Weestimate that these costs will be in the range of five to six thousand dollars per year, and that we will be able to meet these costs as necessary, to be advanced/loaned to us by Management and/or an affiliated party.

On March 31, 2020 and March 31, 2019, we have had $0 in current assets and $0 in current assets, respectively. As of March 31, 2020, we had $93,569 in liabilities and stockholders' deficit, consisting of amounts due to related party and accrued expenses. As of March 31, 2018, we had $28,363 in liabilities.

We had a negative cash flow from operations of $14,130 during the three months ended March 31, 2020. We financed our negative cash flow from operations during the three months ended March 31, 2020 through advances made by David Lazar.
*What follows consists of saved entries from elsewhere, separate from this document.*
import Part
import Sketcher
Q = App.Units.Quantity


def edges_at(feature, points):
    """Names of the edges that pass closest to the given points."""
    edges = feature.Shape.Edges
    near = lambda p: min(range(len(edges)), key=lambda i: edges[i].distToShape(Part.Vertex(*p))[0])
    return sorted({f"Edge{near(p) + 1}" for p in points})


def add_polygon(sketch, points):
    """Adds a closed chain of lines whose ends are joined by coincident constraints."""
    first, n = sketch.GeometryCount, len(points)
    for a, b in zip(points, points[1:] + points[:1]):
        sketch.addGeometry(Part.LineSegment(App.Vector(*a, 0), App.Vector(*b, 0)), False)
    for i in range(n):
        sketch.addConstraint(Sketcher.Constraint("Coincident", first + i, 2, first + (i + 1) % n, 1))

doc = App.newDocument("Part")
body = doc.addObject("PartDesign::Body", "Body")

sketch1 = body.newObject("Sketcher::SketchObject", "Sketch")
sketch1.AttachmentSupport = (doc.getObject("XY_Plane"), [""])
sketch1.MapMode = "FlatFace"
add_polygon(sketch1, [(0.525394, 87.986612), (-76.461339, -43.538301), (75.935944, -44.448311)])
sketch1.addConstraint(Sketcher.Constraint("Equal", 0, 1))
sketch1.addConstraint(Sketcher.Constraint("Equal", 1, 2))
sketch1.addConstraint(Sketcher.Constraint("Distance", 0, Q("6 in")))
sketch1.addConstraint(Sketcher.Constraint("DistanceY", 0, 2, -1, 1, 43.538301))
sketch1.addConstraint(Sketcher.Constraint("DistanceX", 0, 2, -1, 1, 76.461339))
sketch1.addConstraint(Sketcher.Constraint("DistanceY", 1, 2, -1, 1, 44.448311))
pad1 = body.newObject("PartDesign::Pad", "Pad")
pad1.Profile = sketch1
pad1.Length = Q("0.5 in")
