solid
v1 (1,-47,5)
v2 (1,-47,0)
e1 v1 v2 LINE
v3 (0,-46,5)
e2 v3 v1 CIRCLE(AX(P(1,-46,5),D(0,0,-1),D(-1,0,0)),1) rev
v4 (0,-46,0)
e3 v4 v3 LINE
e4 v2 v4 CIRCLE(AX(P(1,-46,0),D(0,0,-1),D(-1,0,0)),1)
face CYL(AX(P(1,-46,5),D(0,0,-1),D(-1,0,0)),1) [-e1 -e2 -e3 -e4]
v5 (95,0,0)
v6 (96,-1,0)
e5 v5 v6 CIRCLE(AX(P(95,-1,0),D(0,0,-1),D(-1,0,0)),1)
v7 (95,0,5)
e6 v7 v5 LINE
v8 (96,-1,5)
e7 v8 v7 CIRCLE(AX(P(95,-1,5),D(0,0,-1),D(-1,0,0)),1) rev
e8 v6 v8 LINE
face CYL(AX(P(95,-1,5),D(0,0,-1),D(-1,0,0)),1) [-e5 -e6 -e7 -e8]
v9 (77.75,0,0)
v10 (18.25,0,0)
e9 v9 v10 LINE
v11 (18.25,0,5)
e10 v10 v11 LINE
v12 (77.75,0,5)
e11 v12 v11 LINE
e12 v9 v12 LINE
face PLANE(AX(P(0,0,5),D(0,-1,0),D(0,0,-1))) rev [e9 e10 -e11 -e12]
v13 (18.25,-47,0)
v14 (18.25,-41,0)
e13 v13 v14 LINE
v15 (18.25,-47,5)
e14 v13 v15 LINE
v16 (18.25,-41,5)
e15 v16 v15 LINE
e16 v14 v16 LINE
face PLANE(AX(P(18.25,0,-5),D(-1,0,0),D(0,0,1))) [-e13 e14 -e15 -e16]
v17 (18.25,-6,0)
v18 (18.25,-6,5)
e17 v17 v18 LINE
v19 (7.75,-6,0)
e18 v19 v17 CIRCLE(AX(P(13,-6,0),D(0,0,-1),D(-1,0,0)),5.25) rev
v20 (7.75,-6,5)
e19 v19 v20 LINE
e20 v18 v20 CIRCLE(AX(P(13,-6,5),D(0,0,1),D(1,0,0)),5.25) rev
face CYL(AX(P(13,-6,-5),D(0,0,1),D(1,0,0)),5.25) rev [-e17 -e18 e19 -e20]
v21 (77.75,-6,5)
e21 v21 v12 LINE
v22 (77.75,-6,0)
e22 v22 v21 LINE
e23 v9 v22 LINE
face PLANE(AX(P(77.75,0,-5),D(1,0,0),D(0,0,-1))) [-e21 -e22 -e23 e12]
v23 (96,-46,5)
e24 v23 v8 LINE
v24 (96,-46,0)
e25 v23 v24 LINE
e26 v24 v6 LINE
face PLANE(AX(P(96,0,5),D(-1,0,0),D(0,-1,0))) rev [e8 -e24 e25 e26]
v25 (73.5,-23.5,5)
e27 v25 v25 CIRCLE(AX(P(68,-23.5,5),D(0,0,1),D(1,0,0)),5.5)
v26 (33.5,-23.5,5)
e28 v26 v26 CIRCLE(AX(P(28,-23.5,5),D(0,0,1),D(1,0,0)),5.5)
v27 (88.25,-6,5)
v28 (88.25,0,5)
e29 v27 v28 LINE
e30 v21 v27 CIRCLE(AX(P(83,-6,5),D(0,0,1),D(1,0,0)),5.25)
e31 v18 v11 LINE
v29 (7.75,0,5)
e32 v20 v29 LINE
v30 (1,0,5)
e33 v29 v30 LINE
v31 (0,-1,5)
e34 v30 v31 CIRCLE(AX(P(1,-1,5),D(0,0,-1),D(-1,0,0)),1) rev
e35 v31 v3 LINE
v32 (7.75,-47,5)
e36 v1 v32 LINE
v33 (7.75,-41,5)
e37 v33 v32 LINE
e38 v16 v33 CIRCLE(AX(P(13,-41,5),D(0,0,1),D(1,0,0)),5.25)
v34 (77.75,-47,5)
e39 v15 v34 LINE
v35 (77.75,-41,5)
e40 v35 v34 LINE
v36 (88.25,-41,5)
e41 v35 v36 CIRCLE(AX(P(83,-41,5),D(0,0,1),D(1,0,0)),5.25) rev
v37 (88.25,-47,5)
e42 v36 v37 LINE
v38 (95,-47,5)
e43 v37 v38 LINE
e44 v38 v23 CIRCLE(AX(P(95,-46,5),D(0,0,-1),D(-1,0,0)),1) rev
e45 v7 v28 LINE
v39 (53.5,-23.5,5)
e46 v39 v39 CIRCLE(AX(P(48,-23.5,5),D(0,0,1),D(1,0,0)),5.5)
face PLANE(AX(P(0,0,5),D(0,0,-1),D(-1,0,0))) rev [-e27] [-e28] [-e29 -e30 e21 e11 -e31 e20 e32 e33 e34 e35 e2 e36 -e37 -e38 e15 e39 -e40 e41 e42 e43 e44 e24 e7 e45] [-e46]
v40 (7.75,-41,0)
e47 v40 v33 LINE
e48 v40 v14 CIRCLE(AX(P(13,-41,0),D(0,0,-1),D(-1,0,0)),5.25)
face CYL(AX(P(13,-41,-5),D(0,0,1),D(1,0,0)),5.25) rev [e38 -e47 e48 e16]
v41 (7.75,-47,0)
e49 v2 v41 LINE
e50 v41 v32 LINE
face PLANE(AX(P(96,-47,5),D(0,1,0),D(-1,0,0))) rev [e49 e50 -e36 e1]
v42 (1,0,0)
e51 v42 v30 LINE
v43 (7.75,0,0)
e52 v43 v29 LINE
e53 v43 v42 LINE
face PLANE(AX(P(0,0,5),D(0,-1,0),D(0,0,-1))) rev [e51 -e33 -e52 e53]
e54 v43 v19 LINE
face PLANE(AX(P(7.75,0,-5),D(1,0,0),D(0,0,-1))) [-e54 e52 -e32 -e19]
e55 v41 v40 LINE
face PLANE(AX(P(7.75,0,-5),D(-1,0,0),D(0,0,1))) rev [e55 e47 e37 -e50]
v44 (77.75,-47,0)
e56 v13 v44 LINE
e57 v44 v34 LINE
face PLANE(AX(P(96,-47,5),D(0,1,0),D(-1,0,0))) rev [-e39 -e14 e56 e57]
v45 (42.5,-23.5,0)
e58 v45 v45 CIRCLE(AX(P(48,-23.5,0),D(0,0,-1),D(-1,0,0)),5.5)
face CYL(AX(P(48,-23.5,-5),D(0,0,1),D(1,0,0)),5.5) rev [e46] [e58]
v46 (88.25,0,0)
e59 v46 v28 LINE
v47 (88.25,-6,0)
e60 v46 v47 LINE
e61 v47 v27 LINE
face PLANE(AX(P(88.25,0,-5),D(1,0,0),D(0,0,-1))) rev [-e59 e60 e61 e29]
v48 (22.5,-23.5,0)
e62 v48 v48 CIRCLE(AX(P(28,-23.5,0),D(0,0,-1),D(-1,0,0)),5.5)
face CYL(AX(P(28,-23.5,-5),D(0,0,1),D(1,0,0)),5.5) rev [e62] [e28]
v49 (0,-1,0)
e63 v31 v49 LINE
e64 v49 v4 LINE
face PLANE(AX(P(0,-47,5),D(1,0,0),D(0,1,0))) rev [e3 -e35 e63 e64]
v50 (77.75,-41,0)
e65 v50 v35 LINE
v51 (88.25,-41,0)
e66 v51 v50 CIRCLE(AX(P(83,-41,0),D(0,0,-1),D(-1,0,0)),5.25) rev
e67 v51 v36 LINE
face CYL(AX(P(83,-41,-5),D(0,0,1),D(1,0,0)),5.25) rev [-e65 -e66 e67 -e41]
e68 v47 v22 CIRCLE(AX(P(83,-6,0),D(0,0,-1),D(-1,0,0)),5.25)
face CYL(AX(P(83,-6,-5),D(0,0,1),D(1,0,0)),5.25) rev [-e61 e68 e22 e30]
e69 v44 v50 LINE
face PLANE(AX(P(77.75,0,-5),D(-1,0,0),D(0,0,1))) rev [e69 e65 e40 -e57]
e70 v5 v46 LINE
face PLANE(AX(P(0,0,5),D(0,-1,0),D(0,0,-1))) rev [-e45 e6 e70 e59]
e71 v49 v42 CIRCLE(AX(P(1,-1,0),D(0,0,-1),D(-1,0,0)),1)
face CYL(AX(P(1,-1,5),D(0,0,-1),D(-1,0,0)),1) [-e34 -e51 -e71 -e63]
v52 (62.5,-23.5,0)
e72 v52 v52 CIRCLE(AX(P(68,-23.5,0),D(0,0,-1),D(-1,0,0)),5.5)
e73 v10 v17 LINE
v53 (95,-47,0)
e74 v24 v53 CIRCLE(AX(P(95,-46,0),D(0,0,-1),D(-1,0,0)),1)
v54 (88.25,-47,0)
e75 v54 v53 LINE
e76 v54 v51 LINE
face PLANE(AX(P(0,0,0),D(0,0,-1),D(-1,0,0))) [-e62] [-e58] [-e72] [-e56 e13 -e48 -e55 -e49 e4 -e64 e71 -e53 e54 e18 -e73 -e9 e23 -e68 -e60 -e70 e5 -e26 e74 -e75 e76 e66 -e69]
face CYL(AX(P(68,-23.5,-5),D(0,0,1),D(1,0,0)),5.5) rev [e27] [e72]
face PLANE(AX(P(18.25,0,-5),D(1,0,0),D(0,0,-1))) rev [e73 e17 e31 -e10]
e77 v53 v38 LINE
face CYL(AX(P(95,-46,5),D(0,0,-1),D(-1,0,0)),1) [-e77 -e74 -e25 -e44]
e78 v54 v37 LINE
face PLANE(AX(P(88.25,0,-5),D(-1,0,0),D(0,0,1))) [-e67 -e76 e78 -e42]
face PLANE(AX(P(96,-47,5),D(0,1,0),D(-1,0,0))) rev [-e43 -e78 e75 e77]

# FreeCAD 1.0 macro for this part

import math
import FreeCAD as App
import Part
import Sketcher
from FreeCAD import Vector


def edges_at(feature, points):
    """Names of the edges that pass closest to the given points."""
    edges = feature.Shape.Edges
    near = lambda p: min(range(len(edges)), key=lambda i: edges[i].distToShape(Part.Vertex(*p))[0])
    return sorted({f"Edge{near(p) + 1}" for p in points})

doc = App.newDocument("Part")
body = doc.addObject("PartDesign::Body", "Body")

# Sketch on XY plane
sketch1 = doc.addObject("Sketcher::SketchObject", "Sketch")
body.addObject(sketch1)
sketch1.AttachmentSupport = (doc.XY_Plane, [""])
sketch1.MapMode = "FlatFace"
sketch1.addGeometry([
    Part.LineSegment(Vector(0, 0, 0), Vector(0, -47, 0)),
    Part.LineSegment(Vector(0, -47, 0), Vector(96, -47, 0)),
    Part.LineSegment(Vector(96, -47, 0), Vector(96, 0, 0)),
    Part.LineSegment(Vector(96, 0, 0), Vector(0, 0, 0)),
], False)
sketch1.addConstraint([
    Sketcher.Constraint("Coincident", 0, 2, 1, 1),
    Sketcher.Constraint("Coincident", 1, 2, 2, 1),
    Sketcher.Constraint("Coincident", 2, 2, 3, 1),
    Sketcher.Constraint("Coincident", 3, 2, 0, 1),
    Sketcher.Constraint("Vertical", 0),
    Sketcher.Constraint("Horizontal", 1),
    Sketcher.Constraint("Vertical", 2),
    Sketcher.Constraint("Horizontal", 3),
    Sketcher.Constraint("Coincident", 3, 2, -1, 1),
    Sketcher.Constraint("DistanceX", 1, 1, 1, 2, 96.0),
    Sketcher.Constraint("DistanceY", 0, 2, 0, 1, 47.0),
])
pad1 = doc.addObject("PartDesign::Pad", "Pad")
body.addObject(pad1)
pad1.Profile = sketch1
pad1.Length = 5
doc.recompute()

fillet = doc.addObject("PartDesign::Fillet", "Fillet")
body.addObject(fillet)
fillet.Base = (pad1, edges_at(pad1, [
    (0, 0, 2.5),
    (96, 0, 2.5),
    (96, -47, 2.5),
    (0, -47, 2.5),
]))
fillet.Radius = 1

# Sketch on XY plane
sketch2 = doc.addObject("Sketcher::SketchObject", "Sketch001")
body.addObject(sketch2)
sketch2.AttachmentSupport = (doc.XY_Plane, [""])
sketch2.MapMode = "FlatFace"
sketch2.AttachmentOffset = App.Placement(Vector(0, 0, 5), App.Rotation())
sketch2.addGeometry([
    Part.Circle(Vector(28, -24, 0), Vector(0, 0, 1), 6),  # 0
    Part.ArcOfCircle(Part.Circle(Vector(48, -24, 0), Vector(0, 0, 1), 5), math.radians(-90), math.radians(0)),  # 1
    Part.ArcOfCircle(Part.Circle(Vector(48, -23, 0), Vector(0, 0, 1), 5), math.radians(0), math.radians(90)),  # 2
    Part.ArcOfCircle(Part.Circle(Vector(48, -23, 0), Vector(0, 0, 1), 5), math.radians(90), math.radians(180)),  # 3
    Part.ArcOfCircle(Part.Circle(Vector(48, -24, 0), Vector(0, 0, 1), 5), math.radians(180), math.radians(270)),  # 4
    Part.Circle(Vector(68, -24, 0), Vector(0, 0, 1), 6),  # 5
], False)
sketch2.addConstraint([
    Sketcher.Constraint("Tangent", 1, 2, 2, 1),
    Sketcher.Constraint("Tangent", 2, 2, 3, 1),
    Sketcher.Constraint("Tangent", 3, 2, 4, 1),
    Sketcher.Constraint("Tangent", 4, 2, 1, 1),
    Sketcher.Constraint("Equal", 0, 1),
    Sketcher.Constraint("Equal", 1, 2),
    Sketcher.Constraint("Equal", 4, 5),
    Sketcher.Constraint("Horizontal", 0, 3, 1, 3),
    Sketcher.Constraint("Horizontal", 4, 3, 5, 3),
    Sketcher.Constraint("Horizontal", 5, 3, 1, 2),
    Sketcher.Constraint("Horizontal", 1, 2, 3, 2),
    Sketcher.Constraint("Vertical", 4, 3, 2, 2),
    Sketcher.Constraint("Vertical", 2, 2, 4, 2),
    Sketcher.Constraint("Diameter", 0, 11.0),
    Sketcher.Constraint("DistanceX", -1, 1, 0, 3, 28.0),
    Sketcher.Constraint("DistanceX", -1, 1, 1, 3, 48.0),
    Sketcher.Constraint("DistanceX", -1, 1, 5, 3, 68.0),
    Sketcher.Constraint("DistanceY", 2, 2, -1, 1, 18.0),
])
pocket1 = doc.addObject("PartDesign::Pocket", "Pocket")
body.addObject(pocket1)
pocket1.Profile = sketch2
pocket1.Length = 10

# Sketch on XY plane
sketch3 = doc.addObject("Sketcher::SketchObject", "Sketch002")
body.addObject(sketch3)
sketch3.AttachmentSupport = (doc.XY_Plane, [""])
sketch3.MapMode = "FlatFace"
sketch3.AttachmentOffset = App.Placement(Vector(0, 0, 5), App.Rotation())
sketch3.addGeometry([
    Part.ArcOfCircle(Part.Circle(Vector(83, -6, 0), Vector(0, 0, 1), 5), math.radians(180), math.radians(360)),  # 0
    Part.LineSegment(Vector(88, -6, 0), Vector(88, 0, 0)),  # 1
    Part.LineSegment(Vector(88, 0, 0), Vector(78, 0, 0)),  # 2
    Part.LineSegment(Vector(78, 0, 0), Vector(78, -6, 0)),  # 3
    Part.ArcOfCircle(Part.Circle(Vector(13, -6, 0), Vector(0, 0, 1), 5), math.radians(180), math.radians(360)),  # 4
    Part.LineSegment(Vector(18, -6, 0), Vector(18, 0, 0)),  # 5
    Part.LineSegment(Vector(18, 0, 0), Vector(8, 0, 0)),  # 6
    Part.LineSegment(Vector(8, 0, 0), Vector(8, -6, 0)),  # 7
    Part.ArcOfCircle(Part.Circle(Vector(13, -41, 0), Vector(0, 0, 1), 5), math.radians(0), math.radians(180)),  # 8
    Part.LineSegment(Vector(8, -41, 0), Vector(8, -47, 0)),  # 9
    Part.LineSegment(Vector(8, -47, 0), Vector(18, -47, 0)),  # 10
    Part.LineSegment(Vector(18, -47, 0), Vector(18, -41, 0)),  # 11
    Part.ArcOfCircle(Part.Circle(Vector(83, -41, 0), Vector(0, 0, 1), 5), math.radians(0), math.radians(180)),  # 12
    Part.LineSegment(Vector(78, -41, 0), Vector(78, -47, 0)),  # 13
    Part.LineSegment(Vector(78, -47, 0), Vector(88, -47, 0)),  # 14
    Part.LineSegment(Vector(88, -47, 0), Vector(88, -41, 0)),  # 15
], False)
sketch3.addConstraint([
    Sketcher.Constraint("Tangent", 0, 2, 1, 1),
    Sketcher.Constraint("Coincident", 1, 2, 2, 1),
    Sketcher.Constraint("Coincident", 2, 2, 3, 1),
    Sketcher.Constraint("Tangent", 3, 2, 0, 1),
    Sketcher.Constraint("Tangent", 4, 2, 5, 1),
    Sketcher.Constraint("Coincident", 5, 2, 6, 1),
    Sketcher.Constraint("Coincident", 6, 2, 7, 1),
    Sketcher.Constraint("Tangent", 7, 2, 4, 1),
    Sketcher.Constraint("Tangent", 8, 2, 9, 1),
    Sketcher.Constraint("Coincident", 9, 2, 10, 1),
    Sketcher.Constraint("Coincident", 10, 2, 11, 1),
    Sketcher.Constraint("Tangent", 11, 2, 8, 1),
    Sketcher.Constraint("Tangent", 12, 2, 13, 1),
    Sketcher.Constraint("Coincident", 13, 2, 14, 1),
    Sketcher.Constraint("Coincident", 14, 2, 15, 1),
    Sketcher.Constraint("Tangent", 15, 2, 12, 1),
    Sketcher.Constraint("Vertical", 1),
    Sketcher.Constraint("Horizontal", 2),
    Sketcher.Constraint("Vertical", 3),
    Sketcher.Constraint("Vertical", 5),
    Sketcher.Constraint("Horizontal", 6),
We had $0 cash flow from operations during the three months ended March 31, 2019. The Company currently plans to satisfy its cash requirements for the next 12 months through borrowings from its CEO or companies affiliated with its CEO and believes it can satisfy its cash requirements so long as it is able to obtain financing from these affiliated parties. The Company expects that money borrowed will be used during the next 12 months to satisfy the Company's operating costs, professional fees and for general corporate purposes. There is no written funding agreement between the Company and Mr. Lazar, our sole officer and director.

The Company has only limited capital. Additional financing is necessary for the Company to continue as a going concern. Our independent auditors have unqualified audit opinion for the years ended December 31, 2019 and 2018 with an explanatory paragraph on going concern.

Off-Balance Sheet Arrangements

As of March 31, 2020 and 2019, we did not have any off-balance sheet arrangements as defined in Item 303(a)(4)(ii) of Regulation S-K promulgated under the Securities Act of 1934.

Contractual Obligations and Commitments

As of March 31, 2020 and 2019, we did not have any contractual obligations.





Critical Accounting Policies


Our significant accounting policies are described in the notes to our financial statements for the three months ended March 31, 2020 and 2019, and are included elsewhere in this registration statement.